# [Work task]
Return the whole listing exactly as it stands.

# [Available records]
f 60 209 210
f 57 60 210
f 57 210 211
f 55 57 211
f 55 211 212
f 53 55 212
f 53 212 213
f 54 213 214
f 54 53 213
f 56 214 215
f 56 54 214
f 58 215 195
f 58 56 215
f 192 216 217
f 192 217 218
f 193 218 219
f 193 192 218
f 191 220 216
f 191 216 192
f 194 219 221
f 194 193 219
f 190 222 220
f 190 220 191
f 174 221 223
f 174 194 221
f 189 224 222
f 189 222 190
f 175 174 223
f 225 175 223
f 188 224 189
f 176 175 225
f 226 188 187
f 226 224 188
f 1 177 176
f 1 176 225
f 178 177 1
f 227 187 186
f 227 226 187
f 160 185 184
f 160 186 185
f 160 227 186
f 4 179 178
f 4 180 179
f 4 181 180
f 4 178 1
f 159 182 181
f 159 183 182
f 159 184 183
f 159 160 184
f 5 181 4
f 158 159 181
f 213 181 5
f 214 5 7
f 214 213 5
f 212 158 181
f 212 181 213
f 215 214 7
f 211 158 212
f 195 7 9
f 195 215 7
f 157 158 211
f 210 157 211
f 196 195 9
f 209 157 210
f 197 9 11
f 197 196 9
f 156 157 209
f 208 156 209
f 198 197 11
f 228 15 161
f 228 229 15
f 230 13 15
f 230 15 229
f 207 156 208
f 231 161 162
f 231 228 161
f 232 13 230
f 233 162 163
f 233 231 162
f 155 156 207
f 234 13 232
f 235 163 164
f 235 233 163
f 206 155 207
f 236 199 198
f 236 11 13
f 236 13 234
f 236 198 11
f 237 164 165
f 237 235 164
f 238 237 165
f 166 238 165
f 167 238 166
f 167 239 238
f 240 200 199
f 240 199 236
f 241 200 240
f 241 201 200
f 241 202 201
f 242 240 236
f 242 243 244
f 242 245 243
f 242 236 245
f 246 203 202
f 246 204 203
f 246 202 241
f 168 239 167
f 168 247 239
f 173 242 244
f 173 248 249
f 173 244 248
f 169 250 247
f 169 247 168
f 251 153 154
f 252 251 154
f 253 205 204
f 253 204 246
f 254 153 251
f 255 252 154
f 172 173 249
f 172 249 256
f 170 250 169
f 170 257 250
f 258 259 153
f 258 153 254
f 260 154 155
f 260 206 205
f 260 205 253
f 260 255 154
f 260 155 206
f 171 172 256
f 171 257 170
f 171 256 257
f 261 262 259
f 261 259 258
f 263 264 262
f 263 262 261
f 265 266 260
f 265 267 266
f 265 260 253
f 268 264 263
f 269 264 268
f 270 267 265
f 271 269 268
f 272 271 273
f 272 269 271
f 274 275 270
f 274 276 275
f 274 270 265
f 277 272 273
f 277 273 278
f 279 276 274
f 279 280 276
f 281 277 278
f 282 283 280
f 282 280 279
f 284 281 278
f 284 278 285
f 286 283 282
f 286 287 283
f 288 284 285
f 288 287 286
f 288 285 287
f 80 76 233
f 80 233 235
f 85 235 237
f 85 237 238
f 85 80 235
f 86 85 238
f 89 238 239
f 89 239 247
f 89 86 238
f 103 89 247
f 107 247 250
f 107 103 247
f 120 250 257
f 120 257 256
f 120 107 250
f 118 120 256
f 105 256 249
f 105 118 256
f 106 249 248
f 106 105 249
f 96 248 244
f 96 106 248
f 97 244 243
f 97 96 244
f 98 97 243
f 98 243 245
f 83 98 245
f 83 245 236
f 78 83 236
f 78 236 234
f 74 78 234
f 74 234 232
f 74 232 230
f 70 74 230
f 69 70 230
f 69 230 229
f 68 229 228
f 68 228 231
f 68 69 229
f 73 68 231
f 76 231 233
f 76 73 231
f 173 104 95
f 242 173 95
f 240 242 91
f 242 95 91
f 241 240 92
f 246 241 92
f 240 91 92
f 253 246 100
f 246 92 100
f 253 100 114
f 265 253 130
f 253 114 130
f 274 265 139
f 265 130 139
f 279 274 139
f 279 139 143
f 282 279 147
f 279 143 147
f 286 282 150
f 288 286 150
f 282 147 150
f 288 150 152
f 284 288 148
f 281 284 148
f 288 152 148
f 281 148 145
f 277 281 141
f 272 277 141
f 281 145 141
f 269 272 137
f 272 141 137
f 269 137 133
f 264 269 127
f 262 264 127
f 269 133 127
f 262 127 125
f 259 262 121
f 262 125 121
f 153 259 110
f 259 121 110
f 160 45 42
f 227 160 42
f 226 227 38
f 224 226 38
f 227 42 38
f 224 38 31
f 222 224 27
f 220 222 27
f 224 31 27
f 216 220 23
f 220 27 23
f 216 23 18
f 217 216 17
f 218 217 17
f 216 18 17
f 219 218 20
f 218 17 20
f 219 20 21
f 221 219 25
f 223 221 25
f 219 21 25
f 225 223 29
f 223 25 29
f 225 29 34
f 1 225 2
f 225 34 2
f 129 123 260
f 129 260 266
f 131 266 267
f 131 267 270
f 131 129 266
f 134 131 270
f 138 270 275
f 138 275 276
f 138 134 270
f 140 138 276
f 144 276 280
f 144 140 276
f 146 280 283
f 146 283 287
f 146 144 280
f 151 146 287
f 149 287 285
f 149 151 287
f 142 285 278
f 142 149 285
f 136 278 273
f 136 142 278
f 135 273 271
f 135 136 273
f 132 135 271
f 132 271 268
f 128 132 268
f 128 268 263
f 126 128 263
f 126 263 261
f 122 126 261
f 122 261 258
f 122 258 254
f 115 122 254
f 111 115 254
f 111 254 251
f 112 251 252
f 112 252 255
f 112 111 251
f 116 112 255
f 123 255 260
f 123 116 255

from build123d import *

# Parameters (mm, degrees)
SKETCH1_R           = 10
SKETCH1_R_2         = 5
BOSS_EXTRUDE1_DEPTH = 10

# [Result of the task]
f 60 209 210
f 57 60 210
f 57 210 211
f 55 57 211
f 55 211 212
f 53 55 212
f 53 212 213
f 54 213 214
f 54 53 213
f 56 214 215
f 56 54 214
f 58 215 195
f 58 56 215
f 192 216 217
f 192 217 218
f 193 218 219
f 193 192 218
f 191 220 216
f 191 216 192
f 194 219 221
f 194 193 219
f 190 222 220
f 190 220 191
f 174 221 223
f 174 194 221
f 189 224 222
f 189 222 190
f 175 174 223
f 225 175 223
f 188 224 189
f 176 175 225
f 226 188 187
f 226 224 188
f 1 177 176
f 1 176 225
f 178 177 1
f 227 187 186
f 227 226 187
f 160 185 184
f 160 186 185
f 160 227 186
f 4 179 178
f 4 180 179
f 4 181 180
f 4 178 1
f 159 182 181
f 159 183 182
f 159 184 183
f 159 160 184
f 5 181 4
f 158 159 181
f 213 181 5
f 214 5 7
f 214 213 5
f 212 158 181
f 212 181 213
f 215 214 7
f 211 158 212
f 195 7 9
f 195 215 7
f 157 158 211
f 210 157 211
f 196 195 9
f 209 157 210
f 197 9 11
f 197 196 9
f 156 157 209
f 208 156 209
f 198 197 11
f 228 15 161
f 228 229 15
f 230 13 15
f 230 15 229
f 207 156 208
f 231 161 162
f 231 228 161
f 232 13 230
f 233 162 163
f 233 231 162
f 155 156 207
f 234 13 232
f 235 163 164
f 235 233 163
f 206 155 207
f 236 199 198
f 236 11 13
f 236 13 234
f 236 198 11
f 237 164 165
f 237 235 164
f 238 237 165
f 166 238 165
f 167 238 166
f 167 239 238
f 240 200 199
f 240 199 236
f 241 200 240
f 241 201 200
f 241 202 201
f 242 240 236
f 242 243 244
f 242 245 243
f 242 236 245
f 246 203 202
f 246 204 203
f 246 202 241
f 168 239 167
f 168 247 239
f 173 242 244
f 173 248 249
f 173 244 248
f 169 250 247
f 169 247 168
f 251 153 154
f 252 251 154
f 253 205 204
f 253 204 246
f 254 153 251
f 255 252 154
f 172 173 249
f 172 249 256
f 170 250 169
f 170 257 250
f 258 259 153
f 258 153 254
f 260 154 155
f 260 206 205
f 260 205 253
f 260 255 154
f 260 155 206
f 171 172 256
f 171 257 170
f 171 256 257
f 261 262 259
f 261 259 258
f 263 264 262
f 263 262 261
f 265 266 260
f 265 267 266
f 265 260 253
f 268 264 263
f 269 264 268
f 270 267 265
f 271 269 268
f 272 271 273
f 272 269 271
f 274 275 270
f 274 276 275
f 274 270 265
f 277 272 273
f 277 273 278
f 279 276 274
f 279 280 276
f 281 277 278
f 282 283 280
f 282 280 279
f 284 281 278
f 284 278 285
f 286 283 282
f 286 287 283
f 288 284 285
f 288 287 286
f 288 285 287
f 80 76 233
f 80 233 235
f 85 235 237
f 85 237 238
f 85 80 235
f 86 85 238
f 89 238 239
f 89 239 247
f 89 86 238
f 103 89 247
f 107 247 250
f 107 103 247
f 120 250 257
f 120 257 256
f 120 107 250
f 118 120 256
f 105 256 249
f 105 118 256
f 106 249 248
f 106 105 249
f 96 248 244
f 96 106 248
f 97 244 243
f 97 96 244
f 98 97 243
f 98 243 245
f 83 98 245
f 83 245 236
f 78 83 236
f 78 236 234
f 74 78 234
f 74 234 232
f 74 232 230
f 70 74 230
f 69 70 230
f 69 230 229
f 68 229 228
f 68 228 231
f 68 69 229
f 73 68 231
f 76 231 233
f 76 73 231
f 173 104 95
f 242 173 95
f 240 242 91
f 242 95 91
f 241 240 92
f 246 241 92
f 240 91 92
f 253 246 100
f 246 92 100
f 253 100 114
f 265 253 130
f 253 114 130
f 274 265 139
f 265 130 139
f 279 274 139
f 279 139 143
f 282 279 147
f 279 143 147
f 286 282 150
f 288 286 150
f 282 147 150
f 288 150 152
f 284 288 148
f 281 284 148
f 288 152 148
f 281 148 145
f 277 281 141
f 272 277 141
f 281 145 141
f 269 272 137
f 272 141 137
f 269 137 133
f 264 269 127
f 262 264 127
f 269 133 127
f 262 127 125
f 259 262 121
f 262 125 121
f 153 259 110
f 259 121 110
f 160 45 42
f 227 160 42
f 226 227 38
f 224 226 38
f 227 42 38
f 224 38 31
f 222 224 27
f 220 222 27
f 224 31 27
f 216 220 23
f 220 27 23
f 216 23 18
f 217 216 17
f 218 217 17
f 216 18 17
f 219 218 20
f 218 17 20
f 219 20 21
f 221 219 25
f 223 221 25
f 219 21 25
f 225 223 29
f 223 25 29
f 225 29 34
f 1 225 2
f 225 34 2
f 129 123 260
f 129 260 266
f 131 266 267
f 131 267 270
f 131 129 266
f 134 131 270
f 138 270 275
f 138 275 276
f 138 134 270
f 140 138 276
f 144 276 280
f 144 140 276
f 146 280 283
f 146 283 287
f 146 144 280
f 151 146 287
f 149 287 285
f 149 151 287
f 142 285 278
f 142 149 285
f 136 278 273
f 136 142 278
f 135 273 271
f 135 136 273
f 132 135 271
f 132 271 268
f 128 132 268
f 128 268 263
f 126 128 263
f 126 263 261
f 122 126 261
f 122 261 258
f 122 258 254
f 115 122 254
f 111 115 254
f 111 254 251
f 112 251 252
f 112 252 255
f 112 111 251
f 116 112 255
f 123 255 260
f 123 116 255

from build123d import *

# Parameters (mm, degrees)
SKETCH1_R           = 10
SKETCH1_R_2         = 5
BOSS_EXTRUDE1_DEPTH = 10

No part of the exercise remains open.